Some Investors Predict Bitcoin to Hit $100,000 in a Year – VOA Learning English

Some bitcoin investors predict the virtual currency could rise to as high as $100,000 in a year. That is around five times its current value.

The predictions have drawn criticism from those who believe bitcoin is a speculative asset something a person or company owns that involves too much financial risk.

Predictions and popularity

Since January, bitcoin has increased by 160 percent. It is getting close to its all-time height of just under $20,000 in December 2017. It was last trading at $18,415.

Brian Estes is chief investment officer at Off the Chain Capital. It is a hedge fund - a group of investors who take financial risks together in order to try to earn a lot of money.

Going from $18,000 to $100,000 in one year is not impossible, Estes noted. I have seen bitcoin go up 10X, 20X, 30X in a year. So going up 5X is not a big deal.

Estes predicts bitcoin could hit between $100,000 and $288,000 by the end of 2021.

Tom Fitzpatrick, an expert at international banking group Citi, said in a note last week that bitcoin could climb as high as $318,000 by the end of next year. Fitzpatrick said the rise could come because of the currencys limited supply, ease of movement across borders, and unclear ownership.

However, those numbers do not make sense to Toronto-based Kevin Muir, an independent trader. He says he does not expect such huge gains for bitcoin.

Is it plausible?" Muir said. For sure. Its a mania. Mania is an extreme excitement or desire for something that is usually shared by many people.

But Muir added that no one really has a clear idea about how high bitcoin will go.

Shortage

Bitcoin relies on so-called mining computers that approve or confirm groups of transactions. The computers compete to solve mathematical puzzles every 10 minutes. The first to solve the puzzle and clear the transaction is rewarded new bitcoins.

Bitcoins technology was designed to cut the reward for miners in half every four years. The idea behind the move was to reduce inflation. In May, bitcoin went through a third halving, which reduced the rate at which new coins are created. This, in turn, reduced supply. That halving started bitcoins renewed growth.

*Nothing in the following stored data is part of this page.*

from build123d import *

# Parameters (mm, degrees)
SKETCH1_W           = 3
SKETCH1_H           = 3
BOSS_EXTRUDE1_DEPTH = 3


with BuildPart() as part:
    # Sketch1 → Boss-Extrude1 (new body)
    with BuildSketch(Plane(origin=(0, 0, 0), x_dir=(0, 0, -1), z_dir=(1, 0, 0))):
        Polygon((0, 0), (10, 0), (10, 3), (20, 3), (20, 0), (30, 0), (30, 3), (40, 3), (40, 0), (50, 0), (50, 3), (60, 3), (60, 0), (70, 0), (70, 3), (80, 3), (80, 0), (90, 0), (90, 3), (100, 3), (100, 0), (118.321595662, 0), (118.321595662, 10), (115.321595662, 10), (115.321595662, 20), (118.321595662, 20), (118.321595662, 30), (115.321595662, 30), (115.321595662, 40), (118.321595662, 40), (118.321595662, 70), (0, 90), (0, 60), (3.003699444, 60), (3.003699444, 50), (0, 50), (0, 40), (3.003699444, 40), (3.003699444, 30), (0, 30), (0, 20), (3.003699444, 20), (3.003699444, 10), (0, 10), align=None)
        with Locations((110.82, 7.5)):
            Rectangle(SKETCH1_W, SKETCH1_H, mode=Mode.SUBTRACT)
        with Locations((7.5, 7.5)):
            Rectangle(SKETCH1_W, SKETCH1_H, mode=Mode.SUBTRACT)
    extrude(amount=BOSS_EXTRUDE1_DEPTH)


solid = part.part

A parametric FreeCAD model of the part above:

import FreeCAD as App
import Part
import Sketcher

V = App.Vector

doc = App.newDocument("Part")
body = doc.addObject("PartDesign::Body", "Body")

# Sketch on YZ plane
sketch1 = body.newObject("Sketcher::SketchObject", "Sketch")
sketch1.AttachmentSupport = (doc.getObject("YZ_Plane"), [""])
sketch1.MapMode = "FlatFace"
sketch1.addGeometry([
    Part.LineSegment(V(0, 0, 0), V(0, -10, 0)),  # 0
    Part.LineSegment(V(0, -10, 0), V(3, -10, 0)),  # 1
    Part.LineSegment(V(3, -10, 0), V(3, -20, 0)),  # 2
    Part.LineSegment(V(3, -20, 0), V(0, -20, 0)),  # 3
    Part.LineSegment(V(0, -20, 0), V(0, -30, 0)),  # 4
    Part.LineSegment(V(0, -30, 0), V(3, -30, 0)),  # 5
    Part.LineSegment(V(3, -30, 0), V(3, -40, 0)),  # 6
    Part.LineSegment(V(3, -40, 0), V(0, -40, 0)),  # 7
    Part.LineSegment(V(0, -40, 0), V(0, -50, 0)),  # 8
    Part.LineSegment(V(0, -50, 0), V(3, -50, 0)),  # 9
    Part.LineSegment(V(3, -50, 0), V(3, -60, 0)),  # 10
    Part.LineSegment(V(3, -60, 0), V(0, -60, 0)),  # 11
    Part.LineSegment(V(0, -60, 0), V(0, -70, 0)),  # 12
    Part.LineSegment(V(0, -70, 0), V(3, -70, 0)),  # 13
    Part.LineSegment(V(3, -70, 0), V(3, -80, 0)),  # 14
    Part.LineSegment(V(3, -80, 0), V(0, -80, 0)),  # 15
    Part.LineSegment(V(0, -80, 0), V(0, -90, 0)),  # 16
    Part.LineSegment(V(0, -90, 0), V(3, -90, 0)),  # 17
    Part.LineSegment(V(3, -90, 0), V(3, -100, 0)),  # 18
    Part.LineSegment(V(3, -100, 0), V(0, -100, 0)),  # 19
    Part.LineSegment(V(0, -100, 0), V(0, -118.3, 0)),  # 20
    Part.LineSegment(V(0, -118.3, 0), V(10, -118.3, 0)),  # 21
    Part.LineSegment(V(10, -118.3, 0), V(10, -115.3, 0)),  # 22
    Part.LineSegment(V(10, -115.3, 0), V(20, -115.3, 0)),  # 23
    Part.LineSegment(V(20, -115.3, 0), V(20, -118.3, 0)),  # 24
    Part.LineSegment(V(20, -118.3, 0), V(30, -118.3, 0)),  # 25
    Part.LineSegment(V(30, -118.3, 0), V(30, -115.3, 0)),  # 26
    Part.LineSegment(V(30, -115.3, 0), V(40, -115.3, 0)),  # 27
    Part.LineSegment(V(40, -115.3, 0), V(40, -118.3, 0)),  # 28
    Part.LineSegment(V(40, -118.3, 0), V(70, -118.3, 0)),  # 29
    Part.LineSegment(V(70, -118.3, 0), V(90, 0, 0)),  # 30
    Part.LineSegment(V(90, 0, 0), V(60, 0, 0)),  # 31
    Part.LineSegment(V(60, 0, 0), V(60, -3, 0)),  # 32
    Part.LineSegment(V(60, -3, 0), V(50, -3, 0)),  # 33
    Part.LineSegment(V(50, -3, 0), V(50, 0, 0)),  # 34
    Part.LineSegment(V(50, 0, 0), V(40, 0, 0)),  # 35
    Part.LineSegment(V(40, 0, 0), V(40, -3, 0)),  # 36
    Part.LineSegment(V(40, -3, 0), V(30, -3, 0)),  # 37
    Part.LineSegment(V(30, -3, 0), V(30, 0, 0)),  # 38
    Part.LineSegment(V(30, 0, 0), V(20, 0, 0)),  # 39
    Part.LineSegment(V(20, 0, 0), V(20, -3, 0)),  # 40
    Part.LineSegment(V(20, -3, 0), V(10, -3, 0)),  # 41
    Part.LineSegment(V(10, -3, 0), V(10, 0, 0)),  # 42
    Part.LineSegment(V(10, 0, 0), V(0, 0, 0)),  # 43
    Part.LineSegment(V(6, -9, 0), V(6, -6, 0)),  # 44
    Part.LineSegment(V(6, -6, 0), V(9, -6, 0)),  # 45
    Part.LineSegment(V(9, -6, 0), V(9, -9, 0)),  # 46
    Part.LineSegment(V(9, -9, 0), V(6, -9, 0)),  # 47
    Part.LineSegment(V(6, -112.3, 0), V(6, -109.3, 0)),  # 48
    Part.LineSegment(V(6, -109.3, 0), V(9, -109.3, 0)),  # 49
    Part.LineSegment(V(9, -109.3, 0), V(9, -112.3, 0)),  # 50
    Part.LineSegment(V(9, -112.3, 0), V(6, -112.3, 0)),  # 51
], False)
sketch1.addConstraint([
    Sketcher.Constraint("Coincident", 0, 2, 1, 1),
    Sketcher.Constraint("Coincident", 1, 2, 2, 1),
    Sketcher.Constraint("Coincident", 2, 2, 3, 1),
    Sketcher.Constraint("Coincident", 3, 2, 4, 1),
    Sketcher.Constraint("Coincident", 4, 2, 5, 1),
    Sketcher.Constraint("Coincident", 5, 2, 6, 1),
    Sketcher.Constraint("Coincident", 6, 2, 7, 1),
    Sketcher.Constraint("Coincident", 7, 2, 8, 1),
    Sketcher.Constraint("Coincident", 8, 2, 9, 1),
    Sketcher.Constraint("Coincident", 9, 2, 10, 1),
    Sketcher.Constraint("Coincident", 10, 2, 11, 1),
    Sketcher.Constraint("Coincident", 11, 2, 12, 1),
    Sketcher.Constraint("Coincident", 12, 2, 13, 1),
    Sketcher.Constraint("Coincident", 13, 2, 14, 1),
    Sketcher.Constraint("Coincident", 14, 2, 15, 1),
    Sketcher.Constraint("Coincident", 15, 2, 16, 1),
    Sketcher.Constraint("Coincident", 16, 2, 17, 1),
    Sketcher.Constraint("Coincident", 17, 2, 18, 1),
    Sketcher.Constraint("Coincident", 18, 2, 19, 1),
    Sketcher.Constraint("Coincident", 19, 2, 20, 1),
    Sketcher.Constraint("Coincident", 20, 2, 21, 1),
    Sketcher.Constraint("Coincident", 21, 2, 22, 1),
    Sketcher.Constraint("Coincident", 22, 2, 23, 1),
    Sketcher.Constraint("Coincident", 23, 2, 24, 1),
    Sketcher.Constraint("Coincident", 24, 2, 25, 1),
    Sketcher.Constraint("Coincident", 25, 2, 26, 1),
    Sketcher.Constraint("Coincident", 26, 2, 27, 1),
    Sketcher.Constraint("Coincident", 27, 2, 28, 1),
    Sketcher.Constraint("Coincident", 28, 2, 29, 1),
    Sketcher.Constraint("Coincident", 29, 2, 30, 1),
    Sketcher.Constraint("Coincident", 30, 2, 31, 1),
    Sketcher.Constraint("Coincident", 31, 2, 32, 1),
    Sketcher.Constraint("Coincident", 32, 2, 33, 1),
    Sketcher.Constraint("Coincident", 33, 2, 34, 1),
    Sketcher.Constraint("Coincident", 34, 2, 35, 1),
    Sketcher.Constraint("Coincident", 35, 2, 36, 1),
    Sketcher.Constraint("Coincident", 36, 2, 37, 1),
    Sketcher.Constraint("Coincident", 37, 2, 38, 1),
    Sketcher.Constraint("Coincident", 38, 2, 39, 1),
    Sketcher.Constraint("Coincident", 39, 2, 40, 1),
    Sketcher.Constraint("Coincident", 40, 2, 41, 1),
    Sketcher.Constraint("Coincident", 41, 2, 42, 1),
    Sketcher.Constraint("Coincident", 42, 2, 43, 1),
    Sketcher.Constraint("Coincident", 43, 2, 0, 1),
    Sketcher.Constraint("Coincident", 44, 2, 45, 1),
    Sketcher.Constraint("Coincident", 45, 2, 46, 1),
    Sketcher.Constraint("Coincident", 46, 2, 47, 1),
    Sketcher.Constraint("Coincident", 47, 2, 44, 1),
    Sketcher.Constraint("Coincident", 48, 2, 49, 1),
    Sketcher.Constraint("Coincident", 49, 2, 50, 1),
    Sketcher.Constraint("Coincident", 50, 2, 51, 1),
    Sketcher.Constraint("Coincident", 51, 2, 48, 1),
    Sketcher.Constraint("Vertical", 0),
    Sketcher.Constraint("Horizontal", 1),
    Sketcher.Constraint("Vertical", 2),
    Sketcher.Constraint("Horizontal", 3),
    Sketcher.Constraint("Vertical", 4),
    Sketcher.Constraint("Horizontal", 5),
    Sketcher.Constraint("Vertical", 6),
    Sketcher.Constraint("Horizontal", 7),
    Sketcher.Constraint("Vertical", 8),
    Sketcher.Constraint("Horizontal", 9),
    Sketcher.Constraint("Vertical", 10),
    Sketcher.Constraint("Horizontal", 11),
    Sketcher.Constraint("Vertical", 12),
    Sketcher.Constraint("Horizontal", 13),
    Sketcher.Constraint("Vertical", 14),
    Sketcher.Constraint("Horizontal", 15),
    Sketcher.Constraint("Vertical", 16),
    Sketcher.Constraint("Horizontal", 17),
    Sketcher.Constraint("Vertical", 18),
    Sketcher.Constraint("Horizontal", 19),
    Sketcher.Constraint("Vertical", 20),
    Sketcher.Constraint("Horizontal", 21),
    Sketcher.Constraint("Vertical", 22),
    Sketcher.Constraint("Horizontal", 23),
    Sketcher.Constraint("Vertical", 24),
    Sketcher.Constraint("Horizontal", 25),
    Sketcher.Constraint("Vertical", 26),
    Sketcher.Constraint("Horizontal", 27),
    Sketcher.Constraint("Vertical", 28),
    Sketcher.Constraint("Horizontal", 29),
    Sketcher.Constraint("Horizontal", 31),
    Sketcher.Constraint("Vertical", 32),
    Sketcher.Constraint("Horizontal", 33),
    Sketcher.Constraint("Vertical", 34),
    Sketcher.Constraint("Horizontal", 35),
    Sketcher.Constraint("Vertical", 36),
    Sketcher.Constraint("Horizontal", 37),
    Sketcher.Constraint("Vertical", 38),
    Sketcher.Constraint("Horizontal", 39),
    Sketcher.Constraint("Vertical", 40),
    Sketcher.Constraint("Horizontal", 41),
    Sketcher.Constraint("Vertical", 42),
    Sketcher.Constraint("Horizontal", 43),
    Sketcher.Constraint("Vertical", 44),
    Sketcher.Constraint("Horizontal", 45),
    Sketcher.Constraint("Vertical", 46),
    Sketcher.Constraint("Horizontal", 47),
    Sketcher.Constraint("Vertical", 48),
    Sketcher.Constraint("Horizontal", 49),
    Sketcher.Constraint("Vertical", 50),
    Sketcher.Constraint("Horizontal", 51),
    Sketcher.Constraint("Coincident", 43, 2, -1, 1),
    Sketcher.Constraint("PointOnObject", 3, 2, -2),
    Sketcher.Constraint("PointOnObject", 7, 2, -2),
    Sketcher.Constraint("PointOnObject", 11, 2, -2),
    Sketcher.Constraint("PointOnObject", 15, 2, -2),
    Sketcher.Constraint("PointOnObject", 19, 2, -2),
    Sketcher.Constraint("PointOnObject", 30, 2, -1),
    Sketcher.Constraint("PointOnObject", 34, 2, -1),
    Sketcher.Constraint("PointOnObject", 38, 2, -1),
    Sketcher.Constraint("Horizontal", 21, 2, 24, 2),
    Sketcher.Constraint("Horizontal", 23, 2, 26, 2),
    Sketcher.Constraint("Horizontal", 25, 2, 28, 2),
    Sketcher.Constraint("Horizontal", 33, 2, 36, 2),
    Sketcher.Constraint("Horizontal", 37, 2, 40, 2),
    Sketcher.Constraint("Vertical", 2, 2, 5, 2),
    Sketcher.Constraint("Vertical", 6, 2, 9, 2),
    Sketcher.Constraint("Vertical", 10, 2, 13, 2),
    Sketcher.Constraint("Vertical", 14, 2, 17, 2),
    Sketcher.Constraint("Vertical", 28, 2, 35, 2),
    Sketcher.Constraint("Vertical", 26, 2, 37, 2),
    Sketcher.Constraint("Vertical", 24, 2, 39, 2),
    Sketcher.Constraint("Vertical", 22, 2, 41, 2),
    Sketcher.Constraint("Vertical", 47, 2, 48, 2),
    Sketcher.Constraint("Vertical", 46, 2, 49, 2),
    Sketcher.Constraint("Equal", 21, 23),
    Sketcher.Constraint("Equal", 23, 25),
    Sketcher.Constraint("Equal", 25, 27),
    Sketcher.Constraint("Equal", 29, 31),
    Sketcher.Constraint("Equal", 27, 33),
    Sketcher.Constraint("Equal", 33, 35),
    Sketcher.Constraint("Equal", 19, 45),
    Sketcher.Constraint("Equal", 43, 0),
    Sketcher.Constraint("Equal", 0, 2),
    Sketcher.Constraint("Equal", 2, 4),
    Sketcher.Constraint("Equal", 4, 6),
    Sketcher.Constraint("Equal", 6, 8),
    Sketcher.Constraint("Equal", 8, 10),
    Sketcher.Constraint("Equal", 10, 12),
    Sketcher.Constraint("Equal", 12, 14),
    Sketcher.Constraint("Equal", 14, 16),
    Sketcher.Constraint("Equal", 16, 18),
    Sketcher.Constraint("Equal", 51, 22),
    Sketcher.Constraint("Equal", 28, 44),
    Sketcher.Constraint("Equal", 46, 48),
    Sketcher.Constraint("DistanceX", 1, 1, 1, 2, 3.0),
    Sketcher.Constraint("DistanceX", 21, 1, 21, 2, 10.0),
    Sketcher.Constraint("DistanceX", 29, 1, 29, 2, 30.0),
    Sketcher.Constraint("Distance", 30, 120.0),
    Sketcher.Constraint("DistanceX", -1, 1, 44, 2, 6.0),
    Sketcher.Constraint("DistanceY", 44, 2, -1, 1, 6.0),
    Sketcher.Constraint("DistanceY", 48, 2, -1, 1, 109.32),
    Sketcher.Constraint("DistanceY", 32, 2, 32, 1, 3.003699),
])
pad1 = body.newObject("PartDesign::Pad", "Pad")
pad1.Profile = sketch1
pad1.Length = 3

doc.recompute()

In a recent letter to investors, hedge fund Pantera Capital said Squares Cash App and PayPal have been buying all new bitcoins. Those buys have caused a bitcoin shortage.

Cash App and Paypal recently launched a cryptocurrency service to its more than 300 million users.

Big predictions

The so-called whale index measures accounts holding at least 1,000 bitcoins. This index is at an all-time high, said Phil Bonello, research director at digital asset manager Grayscale.

Lennard Neo is head of research at Stack Funds. He says with the entry of Square and PayPal, he expects a stronger increase in demand than in 2017. Neo predicts bitcoin will reach $60,000 to $80,000 by the end of 2021.

Tempus Inc currency trader Juan Perez does not understand, and is even shocked, by all the big predictions. Perez said an estimate that bitcoin will reach $100,000 next year would be a prediction about the collapse of the worldwide financial system.

Governments around the world wont let that happen, he said.

I'm John Russell.

Gertrude Chavez-Dreyfuss reported on this story for Reuters. John Russell adapted it for Learning English. Bryan Lynn was the editor.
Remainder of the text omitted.